Le Composizioni di Kandinskij sono per anni elaborate attraverso una riflessione su temi escatologici (il Giudizio universale, il Diluvio seguito da un nuovo patto con Dio, la missione salvifica del Cavaliere) e su temi desunti dal paganesimo delle popolazioni della Siberia che precede la conversione al cristianesimo; ma ora, all’alba di una nuova era segnata dall’avvento dello “Spirito”, quei temi vengono sublimati in una comunicazione più immediata. Nel 1913 restano solo labili cenni all’iconografia di partenza, che nella Composizione VII, per esempio, scompaiono totalmente, come anche la distinzione tra colori e linee e le stesure di colore puro, di marca prettamente fauve e di un espressionismo di derivazione più francese che tedesca. Un magma apparentemente caotico di forme galleggia su una base più ampia di colore chiaro, evocando l’idea, espressa nello Sguardo al passato, che «ogni opera d’arte ha origine nello stesso modo in cui ebbe origine il cosmo: attraverso catastrofi che dal caotico fragore degli strumenti formano infine una sinfonia la quale ha nome armonia delle sfere». L’indeterminatezza spaziale è ricondotta, in una sua autoanalisi relativa alla Composizione VI, alla sensazione di chi si trova nel «bagno di vapore russo: l’uomo che sta nel vapore non è né vicino né lontano; è in qualche posto». Qui è l’origine orientale di questo russo arrivato da pochi anni a Monaco, che la grafia europea del nome (Kandinsky) non riuscirà a far dimenticare; e qui trova riscontro anche il suo rifiuto (si veda il saggio in “Der Blaue Reiter”) della geometria in nome di formule matematiche più complesse: «Ci sono diversi numeri [...] Perché accontentarsi del numero 1? perché escludere il numero 0,3333...? Perché impoverire l’espressione artistica ricorrendo esclusivamente ai triangoli e a forme e corpi geometrici analoghi?».
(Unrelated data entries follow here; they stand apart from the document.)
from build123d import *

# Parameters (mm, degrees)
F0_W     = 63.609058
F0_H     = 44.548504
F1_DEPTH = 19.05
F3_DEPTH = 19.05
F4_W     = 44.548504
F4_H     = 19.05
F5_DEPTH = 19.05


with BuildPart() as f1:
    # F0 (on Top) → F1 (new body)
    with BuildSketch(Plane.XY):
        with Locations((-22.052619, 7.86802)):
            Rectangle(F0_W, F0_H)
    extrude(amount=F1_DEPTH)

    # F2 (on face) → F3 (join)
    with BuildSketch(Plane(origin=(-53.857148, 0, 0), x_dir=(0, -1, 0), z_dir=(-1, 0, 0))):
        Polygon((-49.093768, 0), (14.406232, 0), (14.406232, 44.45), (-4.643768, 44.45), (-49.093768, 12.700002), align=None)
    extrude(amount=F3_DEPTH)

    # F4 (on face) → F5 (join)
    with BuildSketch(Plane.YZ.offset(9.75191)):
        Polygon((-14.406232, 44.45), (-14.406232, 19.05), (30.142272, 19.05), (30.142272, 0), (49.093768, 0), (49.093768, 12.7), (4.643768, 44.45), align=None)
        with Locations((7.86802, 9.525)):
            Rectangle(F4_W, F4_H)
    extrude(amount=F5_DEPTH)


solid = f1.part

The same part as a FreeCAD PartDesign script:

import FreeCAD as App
import Part
import Sketcher
Q = App.Units.Quantity

doc = App.newDocument("Part")
body = doc.addObject("PartDesign::Body", "Body")

# Sketch on XY plane
sketch1 = doc.addObject("Sketcher::SketchObject", "Sketch")
body.addObject(sketch1)
sketch1.AttachmentSupport = (doc.XY_Plane, [""])
sketch1.MapMode = "FlatFace"
sketch1.addGeometry([
    Part.LineSegment(App.Vector(-53.857148, 30.142272, 0), App.Vector(-53.857148, -14.406232, 0)),
    Part.LineSegment(App.Vector(-53.857148, -14.406232, 0), App.Vector(9.75191, -14.406232, 0)),
    Part.LineSegment(App.Vector(9.75191, -14.406232, 0), App.Vector(9.75191, 30.142272, 0)),
    Part.LineSegment(App.Vector(9.75191, 30.142272, 0), App.Vector(-53.857148, 30.142272, 0)),
], False)
sketch1.addConstraint([
    Sketcher.Constraint("Coincident", 0, 2, 1, 1),
    Sketcher.Constraint("Coincident", 1, 2, 2, 1),
    Sketcher.Constraint("Coincident", 2, 2, 3, 1),
    Sketcher.Constraint("Coincident", 3, 2, 0, 1),
    Sketcher.Constraint("Vertical", 0),
    Sketcher.Constraint("Horizontal", 1),
    Sketcher.Constraint("Vertical", 2),
    Sketcher.Constraint("Horizontal", 3),
    Sketcher.Constraint("DistanceX", 1, 1, 1, 2, 63.609058),
    Sketcher.Constraint("DistanceY", 0, 2, 0, 1, 44.548504),
    Sketcher.Constraint("DistanceX", 0, 2, -1, 1, 53.857148),
    Sketcher.Constraint("DistanceY", 0, 2, -1, 1, 14.406232),
])
pad1 = doc.addObject("PartDesign::Pad", "Pad")
body.addObject(pad1)
pad1.Profile = sketch1
pad1.Length = Q("0.75 in")

# Sketch on YZ plane
sketch2 = doc.addObject("Sketcher::SketchObject", "Sketch001")
body.addObject(sketch2)
sketch2.AttachmentSupport = (doc.YZ_Plane, [""])
sketch2.MapMode = "FlatFace"
sketch2.AttachmentOffset = App.Placement(App.Vector(0, 0, -53.857148), App.Rotation())
sketch2.addGeometry([
    Part.LineSegment(App.Vector(49.093768, 0, 0), App.Vector(-14.406232, 0, 0)),  # 0
    Part.LineSegment(App.Vector(-14.406232, 0, 0), App.Vector(-14.406232, 44.45, 0)),  # 1
    Part.LineSegment(App.Vector(-14.406232, 44.45, 0), App.Vector(4.643768, 44.45, 0)),  # 2
    Part.LineSegment(App.Vector(4.643768, 44.45, 0), App.Vector(49.093768, 12.700002, 0)),  # 3
    Part.LineSegment(App.Vector(49.093768, 12.700002, 0), App.Vector(49.093768, 0, 0)),  # 4
], False)
sketch2.addConstraint([
    Sketcher.Constraint("Coincident", 0, 2, 1, 1),
    Sketcher.Constraint("Coincident", 1, 2, 2, 1),
    Sketcher.Constraint("Coincident", 2, 2, 3, 1),
    Sketcher.Constraint("Coincident", 3, 2, 4, 1),
    Sketcher.Constraint("Coincident", 4, 2, 0, 1),
    Sketcher.Constraint("Horizontal", 0),
    Sketcher.Constraint("Vertical", 1),
    Sketcher.Constraint("Horizontal", 2),
    Sketcher.Constraint("Vertical", 4),
    Sketcher.Constraint("PointOnObject", 0, 2, -1),
    Sketcher.Constraint("DistanceX", 0, 2, 0, 1, Q("2.5 in")),
    Sketcher.Constraint("DistanceY", 4, 2, 4, 1, Q("0.5000001 in")),
    Sketcher.Constraint("DistanceX", 2, 1, 2, 2, Q("0.75 in")),
    Sketcher.Constraint("DistanceY", 1, 1, 1, 2, Q("1.75 in")),
    Sketcher.Constraint("DistanceX", 0, 2, -1, 1, 14.406232),
])
pad2 = doc.addObject("PartDesign::Pad", "Pad001")
body.addObject(pad2)
pad2.Profile = sketch2
pad2.Length = Q("0.75 in")
pad2.Reversed = True

# Sketch on YZ plane
sketch3 = doc.addObject("Sketcher::SketchObject", "Sketch002")
body.addObject(sketch3)
sketch3.AttachmentSupport = (doc.YZ_Plane, [""])
sketch3.MapMode = "FlatFace"
sketch3.AttachmentOffset = App.Placement(App.Vector(0, 0, 9.75191), App.Rotation())
sketch3.addGeometry([
    Part.LineSegment(App.Vector(-14.406232, 44.45, 0), App.Vector(-14.406232, 0, 0)),  # 0
    Part.LineSegment(App.Vector(-14.406232, 0, 0), App.Vector(49.093768, 0, 0)),  # 1
    Part.LineSegment(App.Vector(49.093768, 0, 0), App.Vector(49.093768, 12.7, 0)),  # 2
    Part.LineSegment(App.Vector(49.093768, 12.7, 0), App.Vector(4.643768, 44.45, 0)),  # 3
    Part.LineSegment(App.Vector(4.643768, 44.45, 0), App.Vector(-14.406232, 44.45, 0)),  # 4
], False)
sketch3.addConstraint([
    Sketcher.Constraint("Coincident", 0, 2, 1, 1),
    Sketcher.Constraint("Coincident", 1, 2, 2, 1),
    Sketcher.Constraint("Coincident", 2, 2, 3, 1),
    Sketcher.Constraint("Coincident", 3, 2, 4, 1),
    Sketcher.Constraint("Coincident", 4, 2, 0, 1),
    Sketcher.Constraint("Vertical", 0),
    Sketcher.Constraint("Horizontal", 1),
    Sketcher.Constraint("Vertical", 2),
    Sketcher.Constraint("Horizontal", 4),
    Sketcher.Constraint("PointOnObject", 0, 2, -1),
    Sketcher.Constraint("DistanceX", 1, 1, 1, 2, Q("2.5 in")),
    Sketcher.Constraint("DistanceY", 2, 1, 2, 2, Q("0.5 in")),
    Sketcher.Constraint("DistanceX", 4, 2, 4, 1, Q("0.75 in")),
    Sketcher.Constraint("DistanceY", 0, 2, 0, 1, Q("1.75 in")),
    Sketcher.Constraint("DistanceX", 0, 2, -1, 1, 14.406232),
])
pad3 = doc.addObject("PartDesign::Pad", "Pad002")
body.addObject(pad3)
pad3.Profile = sketch3
pad3.Length = Q("0.75 in")

doc.recompute()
Henry van de Velde, Tropon (1898), manifesto. Van de Velde introduce nella grafica il concetto di “ornamento astratto”, non derivato dall’elaborazione di elementi naturalistici come era invece tipico dell’Art Nouveau.

Vasilij Kandinskij, Composizione VII (1913); Mosca, Galleria di Stato Tret’jakov.

Robert Delaunay, Forme circolari, Sole, Luna (1912-1913); Amsterdam, Stedelijk Museum.

Umberto Boccioni, Dinamismo di un corpo umano (1913); Milano, Museo del Novecento.


František Kupka, Notturno (1910-1911); Vienna, Mumok - Museum Moderner Kunst Stiftung Ludwig.


Georges Braque, Il portoghese (L’emigrante) (1911-1912); Basilea, Kunstmuseum. La ricerca cubista di Picasso e Braque, nella sua fase analitica più estrema giunge al dissolvimento della riconoscibilità dei soggetti, inizialmente mantenuta.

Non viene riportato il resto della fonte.